Exercise brief: Among the records below, find the line that has "f 134 44 46"; from there, give the lines again exactly, and stop after the line that has "f 180 189 135".
Data section start
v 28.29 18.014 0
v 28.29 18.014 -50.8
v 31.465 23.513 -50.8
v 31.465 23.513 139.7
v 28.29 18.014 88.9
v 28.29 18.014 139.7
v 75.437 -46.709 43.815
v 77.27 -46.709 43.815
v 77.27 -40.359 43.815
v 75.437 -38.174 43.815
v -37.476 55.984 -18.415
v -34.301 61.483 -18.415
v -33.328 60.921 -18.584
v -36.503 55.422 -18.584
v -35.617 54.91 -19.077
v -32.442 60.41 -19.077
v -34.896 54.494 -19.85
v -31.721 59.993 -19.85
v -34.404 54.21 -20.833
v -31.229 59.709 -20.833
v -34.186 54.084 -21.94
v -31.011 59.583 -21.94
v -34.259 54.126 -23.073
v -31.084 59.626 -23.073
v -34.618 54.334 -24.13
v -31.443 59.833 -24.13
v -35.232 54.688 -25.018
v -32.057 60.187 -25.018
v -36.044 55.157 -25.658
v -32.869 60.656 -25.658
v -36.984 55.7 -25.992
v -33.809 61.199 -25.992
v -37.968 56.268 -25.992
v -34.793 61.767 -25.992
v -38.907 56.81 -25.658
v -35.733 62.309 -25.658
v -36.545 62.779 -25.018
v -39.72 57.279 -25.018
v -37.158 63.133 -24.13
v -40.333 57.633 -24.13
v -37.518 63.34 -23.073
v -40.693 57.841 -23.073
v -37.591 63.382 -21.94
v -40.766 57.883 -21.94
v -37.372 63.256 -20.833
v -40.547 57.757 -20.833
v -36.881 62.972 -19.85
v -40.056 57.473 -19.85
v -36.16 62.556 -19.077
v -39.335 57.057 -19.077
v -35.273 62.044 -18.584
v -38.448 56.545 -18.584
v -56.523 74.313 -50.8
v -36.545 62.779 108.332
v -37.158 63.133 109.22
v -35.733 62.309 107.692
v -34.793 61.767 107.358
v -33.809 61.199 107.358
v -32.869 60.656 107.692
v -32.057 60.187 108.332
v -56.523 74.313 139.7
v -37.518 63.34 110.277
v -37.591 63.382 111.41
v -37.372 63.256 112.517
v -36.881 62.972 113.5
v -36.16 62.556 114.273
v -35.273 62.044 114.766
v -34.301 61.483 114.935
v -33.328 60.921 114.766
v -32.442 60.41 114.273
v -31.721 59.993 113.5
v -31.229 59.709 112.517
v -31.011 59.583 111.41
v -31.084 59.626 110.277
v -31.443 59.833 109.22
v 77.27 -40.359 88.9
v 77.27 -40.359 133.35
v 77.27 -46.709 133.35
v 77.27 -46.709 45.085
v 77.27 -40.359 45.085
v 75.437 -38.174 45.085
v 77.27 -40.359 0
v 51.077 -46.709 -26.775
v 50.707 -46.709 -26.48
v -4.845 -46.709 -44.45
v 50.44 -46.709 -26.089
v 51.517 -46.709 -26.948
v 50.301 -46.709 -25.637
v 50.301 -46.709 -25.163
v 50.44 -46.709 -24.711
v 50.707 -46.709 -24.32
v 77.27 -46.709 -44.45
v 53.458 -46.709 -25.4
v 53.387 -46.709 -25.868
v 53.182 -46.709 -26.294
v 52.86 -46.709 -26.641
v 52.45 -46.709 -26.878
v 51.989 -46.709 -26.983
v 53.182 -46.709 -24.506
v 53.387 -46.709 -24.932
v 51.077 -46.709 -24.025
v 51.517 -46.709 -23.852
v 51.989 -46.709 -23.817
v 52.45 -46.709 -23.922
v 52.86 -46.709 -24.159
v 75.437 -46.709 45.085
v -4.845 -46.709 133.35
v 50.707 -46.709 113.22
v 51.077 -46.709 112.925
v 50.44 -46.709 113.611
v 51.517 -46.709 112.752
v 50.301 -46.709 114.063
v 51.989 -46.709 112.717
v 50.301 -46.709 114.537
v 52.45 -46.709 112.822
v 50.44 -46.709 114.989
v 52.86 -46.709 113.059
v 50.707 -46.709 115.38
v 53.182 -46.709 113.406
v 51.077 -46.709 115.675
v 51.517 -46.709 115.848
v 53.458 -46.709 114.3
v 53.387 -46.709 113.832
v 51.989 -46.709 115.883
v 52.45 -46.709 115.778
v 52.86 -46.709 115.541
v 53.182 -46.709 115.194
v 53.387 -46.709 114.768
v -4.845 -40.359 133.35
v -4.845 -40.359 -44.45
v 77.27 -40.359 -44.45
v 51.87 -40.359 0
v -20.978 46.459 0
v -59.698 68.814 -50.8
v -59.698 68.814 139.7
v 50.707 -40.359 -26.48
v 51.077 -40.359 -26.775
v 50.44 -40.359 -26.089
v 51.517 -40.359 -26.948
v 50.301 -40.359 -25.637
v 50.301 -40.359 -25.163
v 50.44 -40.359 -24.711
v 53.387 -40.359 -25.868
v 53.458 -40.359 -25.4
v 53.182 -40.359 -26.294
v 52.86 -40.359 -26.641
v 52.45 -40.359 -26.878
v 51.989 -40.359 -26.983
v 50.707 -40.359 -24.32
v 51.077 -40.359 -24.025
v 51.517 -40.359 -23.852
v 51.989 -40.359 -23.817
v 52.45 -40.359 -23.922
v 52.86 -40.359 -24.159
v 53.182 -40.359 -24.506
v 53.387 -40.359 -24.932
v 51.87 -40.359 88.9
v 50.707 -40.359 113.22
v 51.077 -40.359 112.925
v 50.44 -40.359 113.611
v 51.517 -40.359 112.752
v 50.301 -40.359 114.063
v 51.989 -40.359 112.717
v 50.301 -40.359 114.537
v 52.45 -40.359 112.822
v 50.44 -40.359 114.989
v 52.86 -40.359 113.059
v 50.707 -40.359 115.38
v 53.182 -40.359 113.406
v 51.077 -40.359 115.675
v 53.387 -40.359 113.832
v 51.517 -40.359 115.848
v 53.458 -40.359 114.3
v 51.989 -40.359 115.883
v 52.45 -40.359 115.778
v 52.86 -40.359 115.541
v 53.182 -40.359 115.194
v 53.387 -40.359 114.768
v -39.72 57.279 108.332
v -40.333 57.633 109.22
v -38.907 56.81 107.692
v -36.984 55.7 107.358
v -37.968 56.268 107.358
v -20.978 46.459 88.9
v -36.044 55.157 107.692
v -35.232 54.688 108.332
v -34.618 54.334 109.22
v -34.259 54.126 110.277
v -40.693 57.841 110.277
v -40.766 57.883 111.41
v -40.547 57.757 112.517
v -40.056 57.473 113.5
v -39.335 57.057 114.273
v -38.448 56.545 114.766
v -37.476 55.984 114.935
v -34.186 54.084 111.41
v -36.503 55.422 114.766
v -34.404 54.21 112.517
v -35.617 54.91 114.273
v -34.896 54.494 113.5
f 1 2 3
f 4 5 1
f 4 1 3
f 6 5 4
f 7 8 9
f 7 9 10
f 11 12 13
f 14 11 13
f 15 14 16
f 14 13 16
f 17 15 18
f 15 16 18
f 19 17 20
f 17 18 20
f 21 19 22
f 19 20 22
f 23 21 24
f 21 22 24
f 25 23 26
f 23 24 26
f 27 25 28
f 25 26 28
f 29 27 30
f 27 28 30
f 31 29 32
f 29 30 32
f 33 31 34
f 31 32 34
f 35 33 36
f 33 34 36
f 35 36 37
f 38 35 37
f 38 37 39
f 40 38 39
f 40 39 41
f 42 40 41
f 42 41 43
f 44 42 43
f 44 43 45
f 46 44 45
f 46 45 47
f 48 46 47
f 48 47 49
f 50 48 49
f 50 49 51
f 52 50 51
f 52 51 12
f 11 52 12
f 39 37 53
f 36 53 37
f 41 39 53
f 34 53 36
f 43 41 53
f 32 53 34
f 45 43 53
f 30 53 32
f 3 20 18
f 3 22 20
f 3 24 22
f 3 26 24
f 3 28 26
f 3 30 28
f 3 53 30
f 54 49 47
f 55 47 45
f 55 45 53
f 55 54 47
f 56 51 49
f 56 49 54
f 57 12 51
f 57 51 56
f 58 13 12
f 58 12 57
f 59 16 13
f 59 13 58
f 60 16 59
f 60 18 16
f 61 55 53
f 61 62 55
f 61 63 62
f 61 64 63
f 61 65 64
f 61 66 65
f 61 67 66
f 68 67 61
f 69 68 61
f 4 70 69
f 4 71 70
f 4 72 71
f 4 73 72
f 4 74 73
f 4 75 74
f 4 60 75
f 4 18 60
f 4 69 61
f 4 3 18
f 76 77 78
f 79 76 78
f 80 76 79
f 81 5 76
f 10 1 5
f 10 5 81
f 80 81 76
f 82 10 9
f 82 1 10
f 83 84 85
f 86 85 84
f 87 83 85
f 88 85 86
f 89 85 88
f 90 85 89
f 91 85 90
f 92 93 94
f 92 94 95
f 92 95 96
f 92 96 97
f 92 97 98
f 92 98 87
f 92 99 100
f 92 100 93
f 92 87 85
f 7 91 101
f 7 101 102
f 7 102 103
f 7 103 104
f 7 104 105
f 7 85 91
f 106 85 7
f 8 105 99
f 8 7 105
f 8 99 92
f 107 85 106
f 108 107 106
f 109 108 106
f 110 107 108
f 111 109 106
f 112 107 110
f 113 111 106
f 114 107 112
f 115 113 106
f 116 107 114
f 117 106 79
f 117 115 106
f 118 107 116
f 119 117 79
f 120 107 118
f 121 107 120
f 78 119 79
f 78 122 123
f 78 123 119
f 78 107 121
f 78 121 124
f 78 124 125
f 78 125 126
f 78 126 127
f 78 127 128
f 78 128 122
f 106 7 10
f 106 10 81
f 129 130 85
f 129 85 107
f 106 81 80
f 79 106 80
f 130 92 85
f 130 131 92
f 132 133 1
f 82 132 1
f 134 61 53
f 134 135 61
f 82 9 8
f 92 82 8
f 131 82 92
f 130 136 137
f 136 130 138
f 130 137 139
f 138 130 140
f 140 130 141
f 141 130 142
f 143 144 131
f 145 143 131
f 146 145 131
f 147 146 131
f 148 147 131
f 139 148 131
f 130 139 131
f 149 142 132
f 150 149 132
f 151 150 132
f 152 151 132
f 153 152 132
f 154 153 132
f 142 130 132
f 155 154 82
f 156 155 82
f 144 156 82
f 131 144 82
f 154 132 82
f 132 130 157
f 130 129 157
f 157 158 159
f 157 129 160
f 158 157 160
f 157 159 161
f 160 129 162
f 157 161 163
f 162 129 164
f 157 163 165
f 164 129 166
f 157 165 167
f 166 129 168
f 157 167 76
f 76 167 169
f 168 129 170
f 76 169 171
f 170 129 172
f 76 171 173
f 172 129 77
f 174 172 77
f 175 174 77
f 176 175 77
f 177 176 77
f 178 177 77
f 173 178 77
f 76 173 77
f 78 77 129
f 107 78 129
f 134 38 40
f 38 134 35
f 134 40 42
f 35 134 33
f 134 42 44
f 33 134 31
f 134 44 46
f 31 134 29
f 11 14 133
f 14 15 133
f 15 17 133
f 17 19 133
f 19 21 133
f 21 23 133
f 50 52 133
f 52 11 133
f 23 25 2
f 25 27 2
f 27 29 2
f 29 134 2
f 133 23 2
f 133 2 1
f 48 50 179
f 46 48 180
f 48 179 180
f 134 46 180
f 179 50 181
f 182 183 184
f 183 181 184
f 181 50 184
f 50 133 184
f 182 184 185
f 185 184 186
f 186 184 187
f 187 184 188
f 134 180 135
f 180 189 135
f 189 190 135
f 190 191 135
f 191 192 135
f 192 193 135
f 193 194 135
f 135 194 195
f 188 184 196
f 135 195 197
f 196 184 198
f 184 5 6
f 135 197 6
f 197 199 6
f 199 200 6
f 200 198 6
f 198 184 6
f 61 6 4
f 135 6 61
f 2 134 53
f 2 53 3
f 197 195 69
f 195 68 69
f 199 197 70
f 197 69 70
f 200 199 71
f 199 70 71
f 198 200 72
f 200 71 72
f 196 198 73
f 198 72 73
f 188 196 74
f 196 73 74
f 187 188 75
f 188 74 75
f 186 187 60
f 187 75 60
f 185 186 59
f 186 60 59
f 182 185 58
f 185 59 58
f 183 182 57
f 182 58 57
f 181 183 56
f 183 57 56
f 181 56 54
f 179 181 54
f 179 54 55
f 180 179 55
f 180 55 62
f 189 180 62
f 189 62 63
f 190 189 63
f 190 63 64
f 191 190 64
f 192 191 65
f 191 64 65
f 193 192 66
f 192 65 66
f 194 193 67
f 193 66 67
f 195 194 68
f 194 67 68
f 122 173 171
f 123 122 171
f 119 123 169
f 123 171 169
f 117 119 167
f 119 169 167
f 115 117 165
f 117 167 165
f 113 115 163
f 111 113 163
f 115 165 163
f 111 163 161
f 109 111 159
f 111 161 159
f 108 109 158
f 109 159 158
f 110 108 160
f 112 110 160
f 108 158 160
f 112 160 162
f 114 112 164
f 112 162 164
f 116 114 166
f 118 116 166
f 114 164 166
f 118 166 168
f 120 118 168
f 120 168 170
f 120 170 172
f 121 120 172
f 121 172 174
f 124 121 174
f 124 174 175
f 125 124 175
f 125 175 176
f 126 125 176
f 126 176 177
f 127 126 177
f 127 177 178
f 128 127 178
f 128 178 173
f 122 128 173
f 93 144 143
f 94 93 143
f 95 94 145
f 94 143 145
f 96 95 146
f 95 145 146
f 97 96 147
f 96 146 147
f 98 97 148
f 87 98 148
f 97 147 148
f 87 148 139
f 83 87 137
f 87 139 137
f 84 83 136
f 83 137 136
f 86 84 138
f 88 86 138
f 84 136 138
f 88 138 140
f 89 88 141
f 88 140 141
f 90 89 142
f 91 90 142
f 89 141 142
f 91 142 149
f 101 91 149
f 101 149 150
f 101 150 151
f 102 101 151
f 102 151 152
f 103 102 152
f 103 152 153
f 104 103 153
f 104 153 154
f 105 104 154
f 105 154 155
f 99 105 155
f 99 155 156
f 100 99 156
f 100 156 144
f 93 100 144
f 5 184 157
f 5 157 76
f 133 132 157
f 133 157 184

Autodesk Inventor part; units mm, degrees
ref_plane "YZ Plane" through (0, 0, 0) normal (1, 0, 0) x (0, 1, 0)
ref_plane "XZ Plane" through (0, 0, 0) normal (0, 1, 0) x (-1, 0, 0)
ref_plane "XY Plane" through (0, 0, 0) normal (0, 0, 1) x (1, 0, 0)
sketch "Sketch1" plane through (0, 0, 0) normal (0, 0, 1) x (1, 0, 0)
  line L0 (28.2901, 18.0136) -> (77.2705, -40.359)
  line L1 (77.2705, -40.359) -> (51.8705, -40.359)
  line L2 (51.8705, -40.359) -> (-20.9781, 46.4586)
  line L3 (-20.9781, 46.4586) -> (28.2901, 18.0136)
  point P0 (0, 0)
  point P1 (3.656, 32.2361)
  dimension "d0" = 76.2
  dimension "d2" = 25.4
  dimension "d34" = 130
  dimension "d35" = 160
extrude "Extrusion1" add sketch "Sketch1" along normal blind 88.9
sketch "Sketch2" plane through (-20.9781, 46.4586, 0) normal (0.5, 0.8660254, 0) x (0, 0, 1)
  line L0 (0, 0) -> (0, 56.89) projected
  line L1 (-50.8, 56.89) -> (139.7, 56.89)
  line L2 (139.7, 56.89) -> (139.7, -44.71)
  line L3 (139.7, -44.71) -> (-50.8, -44.71)
  line L4 (-50.8, -44.71) -> (-50.8, 56.89)
  line L5 (0, 56.89) -> (88.9, 56.89) projected
  point P0 (0, 41.3969)
  point P1 (44.45, 19.4575)
  dimension "d6" = 190.5
  dimension "d8" = 95.25
  dimension "d9" = 101.6
  dimension "d10" = 44.45
  dimension "d11" = 88.9
  dimension "d12" = 56.89
  dimension "d45" = 0
extrude "Extrusion2" add sketch "Sketch2" along normal blind 6.35
sketch "Sketch3" plane through (-17.8031, 51.9578, 0) normal (0.5, 0.8660254, 0) x (0, 0, 1)
  line L0 (139.7, 56.89) -> (-50.8, 56.89) projected
  circle A0 centre (-22.225, -19.05) radius 3.81
  circle A1 centre (111.125, -19.05) radius 3.81
  line L1 (-50.8, -44.71) -> (139.7, -44.71) projected
  line L2 (44.45, -44.71) -> (44.45, 56.89)
  line L3 (0, 0) -> (88.9, 0) projected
Data section end
Worked solution:
f 134 44 46
f 31 134 29
f 11 14 133
f 14 15 133
f 15 17 133
f 17 19 133
f 19 21 133
f 21 23 133
f 50 52 133
f 52 11 133
f 23 25 2
f 25 27 2
f 27 29 2
f 29 134 2
f 133 23 2
f 133 2 1
f 48 50 179
f 46 48 180
f 48 179 180
f 134 46 180
f 179 50 181
f 182 183 184
f 183 181 184
f 181 50 184
f 50 133 184
f 182 184 185
f 185 184 186
f 186 184 187
f 187 184 188
f 134 180 135
f 180 189 135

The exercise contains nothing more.